Copy, word for word, the lines of the entries below between the one with "f 207 206 139" and the one with "f 35 185 186", inclusive, and leave out everything else.

>>>

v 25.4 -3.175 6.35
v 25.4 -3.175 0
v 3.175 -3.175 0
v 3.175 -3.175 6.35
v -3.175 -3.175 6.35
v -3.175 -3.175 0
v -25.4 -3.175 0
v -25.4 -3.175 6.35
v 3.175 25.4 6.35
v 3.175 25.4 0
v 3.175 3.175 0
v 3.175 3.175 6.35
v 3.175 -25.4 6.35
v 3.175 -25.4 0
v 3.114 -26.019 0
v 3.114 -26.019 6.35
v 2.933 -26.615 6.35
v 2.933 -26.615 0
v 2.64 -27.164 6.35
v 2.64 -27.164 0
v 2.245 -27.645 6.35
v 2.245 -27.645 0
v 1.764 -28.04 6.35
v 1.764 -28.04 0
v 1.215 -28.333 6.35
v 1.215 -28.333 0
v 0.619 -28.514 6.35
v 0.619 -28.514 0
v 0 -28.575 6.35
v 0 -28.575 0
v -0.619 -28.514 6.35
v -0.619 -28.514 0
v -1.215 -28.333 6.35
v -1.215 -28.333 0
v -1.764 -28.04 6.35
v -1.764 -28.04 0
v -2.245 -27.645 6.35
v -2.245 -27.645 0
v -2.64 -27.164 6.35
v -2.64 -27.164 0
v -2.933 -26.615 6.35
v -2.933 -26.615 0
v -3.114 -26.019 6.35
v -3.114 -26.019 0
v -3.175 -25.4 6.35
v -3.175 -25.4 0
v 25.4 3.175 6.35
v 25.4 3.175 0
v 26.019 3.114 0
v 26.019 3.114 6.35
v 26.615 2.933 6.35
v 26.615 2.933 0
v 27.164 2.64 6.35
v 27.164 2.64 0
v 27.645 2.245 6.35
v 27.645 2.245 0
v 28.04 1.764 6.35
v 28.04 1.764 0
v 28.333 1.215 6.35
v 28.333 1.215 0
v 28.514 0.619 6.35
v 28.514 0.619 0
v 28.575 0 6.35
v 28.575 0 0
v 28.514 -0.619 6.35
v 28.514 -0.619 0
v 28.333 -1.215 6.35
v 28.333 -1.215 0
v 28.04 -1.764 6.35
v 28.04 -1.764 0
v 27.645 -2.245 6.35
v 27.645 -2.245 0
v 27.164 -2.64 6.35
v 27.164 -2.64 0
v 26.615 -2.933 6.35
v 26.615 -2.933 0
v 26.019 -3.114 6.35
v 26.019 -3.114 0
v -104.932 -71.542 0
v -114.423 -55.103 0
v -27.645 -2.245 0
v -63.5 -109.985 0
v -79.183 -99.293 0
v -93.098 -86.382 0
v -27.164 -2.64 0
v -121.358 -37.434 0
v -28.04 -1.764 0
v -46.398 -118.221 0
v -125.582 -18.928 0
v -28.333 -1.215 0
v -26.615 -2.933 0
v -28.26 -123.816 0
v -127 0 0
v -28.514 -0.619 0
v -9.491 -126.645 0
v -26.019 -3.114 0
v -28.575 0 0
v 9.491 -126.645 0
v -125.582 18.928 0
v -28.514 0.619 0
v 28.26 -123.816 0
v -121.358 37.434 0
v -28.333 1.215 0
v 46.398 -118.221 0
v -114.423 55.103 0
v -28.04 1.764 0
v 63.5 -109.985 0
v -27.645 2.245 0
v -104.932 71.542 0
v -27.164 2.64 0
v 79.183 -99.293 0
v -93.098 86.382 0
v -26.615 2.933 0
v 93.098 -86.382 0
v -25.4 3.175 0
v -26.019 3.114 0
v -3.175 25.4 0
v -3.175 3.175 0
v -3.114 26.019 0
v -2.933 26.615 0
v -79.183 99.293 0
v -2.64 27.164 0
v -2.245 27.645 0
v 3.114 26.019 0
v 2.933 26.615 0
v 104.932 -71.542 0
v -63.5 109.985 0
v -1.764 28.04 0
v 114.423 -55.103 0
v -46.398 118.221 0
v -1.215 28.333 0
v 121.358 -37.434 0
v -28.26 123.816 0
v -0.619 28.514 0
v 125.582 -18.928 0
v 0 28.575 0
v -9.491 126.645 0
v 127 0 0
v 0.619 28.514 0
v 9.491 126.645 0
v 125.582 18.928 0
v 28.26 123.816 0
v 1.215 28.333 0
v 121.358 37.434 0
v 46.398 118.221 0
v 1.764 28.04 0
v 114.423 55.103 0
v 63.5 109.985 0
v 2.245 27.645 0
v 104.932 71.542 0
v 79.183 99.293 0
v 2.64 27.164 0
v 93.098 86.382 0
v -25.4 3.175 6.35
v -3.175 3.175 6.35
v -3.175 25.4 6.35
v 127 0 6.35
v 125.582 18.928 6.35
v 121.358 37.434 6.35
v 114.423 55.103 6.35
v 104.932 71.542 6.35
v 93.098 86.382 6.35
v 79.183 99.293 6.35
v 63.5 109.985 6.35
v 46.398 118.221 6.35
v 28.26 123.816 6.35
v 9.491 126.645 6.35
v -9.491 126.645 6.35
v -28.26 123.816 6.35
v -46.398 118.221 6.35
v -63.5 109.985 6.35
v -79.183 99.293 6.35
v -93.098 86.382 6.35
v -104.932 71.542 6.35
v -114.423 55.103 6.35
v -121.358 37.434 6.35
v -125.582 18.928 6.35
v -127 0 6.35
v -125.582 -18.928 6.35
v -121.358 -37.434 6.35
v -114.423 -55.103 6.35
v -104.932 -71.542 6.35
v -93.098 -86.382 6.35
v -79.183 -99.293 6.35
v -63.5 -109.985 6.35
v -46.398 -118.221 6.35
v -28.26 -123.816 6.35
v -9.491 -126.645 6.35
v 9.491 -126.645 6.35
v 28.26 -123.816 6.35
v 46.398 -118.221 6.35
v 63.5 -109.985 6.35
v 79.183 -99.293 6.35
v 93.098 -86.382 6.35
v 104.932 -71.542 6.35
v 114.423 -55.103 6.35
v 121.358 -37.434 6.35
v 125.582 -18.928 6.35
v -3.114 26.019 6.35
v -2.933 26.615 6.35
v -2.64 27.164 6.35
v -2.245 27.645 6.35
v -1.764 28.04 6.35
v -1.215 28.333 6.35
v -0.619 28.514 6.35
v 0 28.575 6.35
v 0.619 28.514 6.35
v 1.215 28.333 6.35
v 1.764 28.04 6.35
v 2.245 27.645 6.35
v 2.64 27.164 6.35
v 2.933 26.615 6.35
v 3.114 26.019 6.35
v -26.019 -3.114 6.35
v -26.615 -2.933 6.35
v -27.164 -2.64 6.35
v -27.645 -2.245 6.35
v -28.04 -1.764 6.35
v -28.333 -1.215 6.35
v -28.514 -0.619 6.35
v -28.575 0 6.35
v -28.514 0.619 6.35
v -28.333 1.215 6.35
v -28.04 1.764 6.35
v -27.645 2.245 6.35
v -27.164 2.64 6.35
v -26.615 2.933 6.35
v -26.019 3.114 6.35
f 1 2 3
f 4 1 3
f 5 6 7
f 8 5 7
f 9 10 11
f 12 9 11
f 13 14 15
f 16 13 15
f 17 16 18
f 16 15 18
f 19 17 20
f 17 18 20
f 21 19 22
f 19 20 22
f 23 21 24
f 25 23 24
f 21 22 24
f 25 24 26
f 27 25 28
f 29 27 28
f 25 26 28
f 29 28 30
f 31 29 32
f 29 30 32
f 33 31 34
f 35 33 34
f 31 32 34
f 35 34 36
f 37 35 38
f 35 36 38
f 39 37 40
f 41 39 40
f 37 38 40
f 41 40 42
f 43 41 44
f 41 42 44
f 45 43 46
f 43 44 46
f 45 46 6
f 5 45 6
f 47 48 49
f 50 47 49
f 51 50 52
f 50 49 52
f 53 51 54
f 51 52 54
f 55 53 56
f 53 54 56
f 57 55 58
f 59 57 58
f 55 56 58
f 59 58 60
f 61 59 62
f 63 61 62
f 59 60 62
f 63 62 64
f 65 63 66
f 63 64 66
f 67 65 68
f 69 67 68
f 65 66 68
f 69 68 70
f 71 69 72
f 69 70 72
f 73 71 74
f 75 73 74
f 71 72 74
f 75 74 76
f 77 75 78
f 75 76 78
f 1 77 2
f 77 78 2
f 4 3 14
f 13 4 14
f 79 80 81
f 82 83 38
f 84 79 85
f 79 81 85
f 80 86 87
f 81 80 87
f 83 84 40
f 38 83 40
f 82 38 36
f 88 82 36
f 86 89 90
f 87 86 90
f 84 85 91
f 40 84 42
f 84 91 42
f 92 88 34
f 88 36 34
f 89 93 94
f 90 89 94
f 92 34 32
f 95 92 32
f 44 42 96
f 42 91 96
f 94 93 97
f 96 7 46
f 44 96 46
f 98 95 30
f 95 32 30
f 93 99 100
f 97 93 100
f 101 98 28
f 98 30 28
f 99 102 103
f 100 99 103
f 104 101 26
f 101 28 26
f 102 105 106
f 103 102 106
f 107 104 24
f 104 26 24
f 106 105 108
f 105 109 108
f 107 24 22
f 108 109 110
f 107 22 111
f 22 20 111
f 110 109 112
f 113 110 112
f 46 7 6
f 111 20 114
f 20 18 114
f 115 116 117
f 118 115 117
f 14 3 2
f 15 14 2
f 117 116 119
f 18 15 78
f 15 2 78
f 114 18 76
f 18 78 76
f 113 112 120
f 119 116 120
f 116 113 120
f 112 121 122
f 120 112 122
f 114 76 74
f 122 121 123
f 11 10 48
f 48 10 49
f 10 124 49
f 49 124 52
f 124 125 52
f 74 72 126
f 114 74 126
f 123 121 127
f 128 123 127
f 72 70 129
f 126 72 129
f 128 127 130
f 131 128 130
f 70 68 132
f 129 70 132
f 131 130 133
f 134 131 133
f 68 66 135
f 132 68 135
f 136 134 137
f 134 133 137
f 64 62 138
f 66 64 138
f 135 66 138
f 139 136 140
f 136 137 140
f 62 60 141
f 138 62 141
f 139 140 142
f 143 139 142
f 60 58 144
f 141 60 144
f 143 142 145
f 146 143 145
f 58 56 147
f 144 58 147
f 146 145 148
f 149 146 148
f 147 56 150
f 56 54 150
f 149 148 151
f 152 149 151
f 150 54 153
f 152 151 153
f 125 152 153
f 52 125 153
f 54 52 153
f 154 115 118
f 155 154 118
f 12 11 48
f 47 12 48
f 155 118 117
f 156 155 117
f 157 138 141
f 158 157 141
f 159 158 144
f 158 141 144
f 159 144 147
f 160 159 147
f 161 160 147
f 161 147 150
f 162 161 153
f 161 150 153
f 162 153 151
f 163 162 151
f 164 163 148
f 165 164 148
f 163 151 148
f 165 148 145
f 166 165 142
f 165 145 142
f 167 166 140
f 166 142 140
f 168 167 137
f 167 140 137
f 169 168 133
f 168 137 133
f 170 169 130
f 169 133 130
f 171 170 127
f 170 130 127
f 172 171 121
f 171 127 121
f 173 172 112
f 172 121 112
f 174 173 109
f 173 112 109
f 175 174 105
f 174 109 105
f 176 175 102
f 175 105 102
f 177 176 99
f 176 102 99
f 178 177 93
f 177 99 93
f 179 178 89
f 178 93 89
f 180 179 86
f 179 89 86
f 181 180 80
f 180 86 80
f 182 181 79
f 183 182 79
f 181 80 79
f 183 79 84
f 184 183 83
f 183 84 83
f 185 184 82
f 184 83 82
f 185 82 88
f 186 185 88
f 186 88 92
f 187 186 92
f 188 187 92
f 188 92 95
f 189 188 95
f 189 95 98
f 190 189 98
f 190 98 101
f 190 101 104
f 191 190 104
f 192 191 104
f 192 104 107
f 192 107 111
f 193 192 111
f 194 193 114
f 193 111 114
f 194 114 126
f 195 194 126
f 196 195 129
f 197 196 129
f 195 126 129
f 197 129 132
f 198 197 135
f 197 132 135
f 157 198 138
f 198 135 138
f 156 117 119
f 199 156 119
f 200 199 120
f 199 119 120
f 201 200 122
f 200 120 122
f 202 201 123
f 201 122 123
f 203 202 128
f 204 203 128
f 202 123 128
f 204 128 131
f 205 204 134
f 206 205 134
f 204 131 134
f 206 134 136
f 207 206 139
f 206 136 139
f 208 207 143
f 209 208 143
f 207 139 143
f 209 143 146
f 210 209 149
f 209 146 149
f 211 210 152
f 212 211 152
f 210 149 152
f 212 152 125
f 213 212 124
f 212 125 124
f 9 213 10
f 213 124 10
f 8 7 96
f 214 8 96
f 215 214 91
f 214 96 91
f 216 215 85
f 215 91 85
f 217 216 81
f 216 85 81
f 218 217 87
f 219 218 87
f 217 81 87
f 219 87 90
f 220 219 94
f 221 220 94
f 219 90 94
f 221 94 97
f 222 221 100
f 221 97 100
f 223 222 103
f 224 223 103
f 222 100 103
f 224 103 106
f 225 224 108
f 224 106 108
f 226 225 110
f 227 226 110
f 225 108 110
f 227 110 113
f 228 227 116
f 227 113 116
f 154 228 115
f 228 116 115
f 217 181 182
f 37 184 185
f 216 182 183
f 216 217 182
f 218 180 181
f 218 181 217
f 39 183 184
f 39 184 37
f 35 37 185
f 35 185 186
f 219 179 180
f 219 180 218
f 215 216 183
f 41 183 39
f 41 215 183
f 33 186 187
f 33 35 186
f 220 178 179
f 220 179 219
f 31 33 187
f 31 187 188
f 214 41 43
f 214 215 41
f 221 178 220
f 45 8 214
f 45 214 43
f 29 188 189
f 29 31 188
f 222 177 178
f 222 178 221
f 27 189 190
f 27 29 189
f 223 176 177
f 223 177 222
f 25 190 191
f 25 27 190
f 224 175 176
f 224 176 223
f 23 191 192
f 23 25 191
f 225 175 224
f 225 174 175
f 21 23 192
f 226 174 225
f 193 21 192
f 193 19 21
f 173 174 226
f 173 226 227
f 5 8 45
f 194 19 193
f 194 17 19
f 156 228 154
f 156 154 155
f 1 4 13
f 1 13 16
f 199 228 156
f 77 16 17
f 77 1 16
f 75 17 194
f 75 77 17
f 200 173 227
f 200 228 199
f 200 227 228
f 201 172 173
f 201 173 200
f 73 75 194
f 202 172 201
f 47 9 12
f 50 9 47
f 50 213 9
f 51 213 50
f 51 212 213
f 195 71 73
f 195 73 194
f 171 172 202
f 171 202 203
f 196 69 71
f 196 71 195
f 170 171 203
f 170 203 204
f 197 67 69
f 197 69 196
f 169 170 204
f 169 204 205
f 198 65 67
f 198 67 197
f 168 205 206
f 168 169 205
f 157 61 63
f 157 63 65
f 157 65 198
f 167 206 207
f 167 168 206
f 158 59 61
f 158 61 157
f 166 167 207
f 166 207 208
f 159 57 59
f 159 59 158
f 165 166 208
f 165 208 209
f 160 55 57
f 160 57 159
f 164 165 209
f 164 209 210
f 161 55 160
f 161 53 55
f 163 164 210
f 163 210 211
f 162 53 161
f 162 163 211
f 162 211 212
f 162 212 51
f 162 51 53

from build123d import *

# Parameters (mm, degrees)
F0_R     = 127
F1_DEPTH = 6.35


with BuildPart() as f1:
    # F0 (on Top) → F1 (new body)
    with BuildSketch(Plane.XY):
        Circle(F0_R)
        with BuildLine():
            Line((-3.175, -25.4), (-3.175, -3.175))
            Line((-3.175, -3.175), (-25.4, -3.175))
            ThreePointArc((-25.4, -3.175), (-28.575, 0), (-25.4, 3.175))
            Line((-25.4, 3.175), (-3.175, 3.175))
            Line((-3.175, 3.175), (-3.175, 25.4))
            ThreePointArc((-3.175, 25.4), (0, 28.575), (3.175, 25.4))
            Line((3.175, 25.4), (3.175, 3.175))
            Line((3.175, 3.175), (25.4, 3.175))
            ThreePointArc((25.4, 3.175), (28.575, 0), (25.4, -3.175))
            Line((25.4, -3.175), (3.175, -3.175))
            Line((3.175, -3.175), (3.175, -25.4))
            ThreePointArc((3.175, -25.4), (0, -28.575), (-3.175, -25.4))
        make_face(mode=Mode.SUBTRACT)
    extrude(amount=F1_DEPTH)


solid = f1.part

<<<

*Expected output:*
f 207 206 139
f 206 136 139
f 208 207 143
f 209 208 143
f 207 139 143
f 209 143 146
f 210 209 149
f 209 146 149
f 211 210 152
f 212 211 152
f 210 149 152
f 212 152 125
f 213 212 124
f 212 125 124
f 9 213 10
f 213 124 10
f 8 7 96
f 214 8 96
f 215 214 91
f 214 96 91
f 216 215 85
f 215 91 85
f 217 216 81
f 216 85 81
f 218 217 87
f 219 218 87
f 217 81 87
f 219 87 90
f 220 219 94
f 221 220 94
f 219 90 94
f 221 94 97
f 222 221 100
f 221 97 100
f 223 222 103
f 224 223 103
f 222 100 103
f 224 103 106
f 225 224 108
f 224 106 108
f 226 225 110
f 227 226 110
f 225 108 110
f 227 110 113
f 228 227 116
f 227 113 116
f 154 228 115
f 228 116 115
f 217 181 182
f 37 184 185
f 216 182 183
f 216 217 182
f 218 180 181
f 218 181 217
f 39 183 184
f 39 184 37
f 35 37 185
f 35 185 186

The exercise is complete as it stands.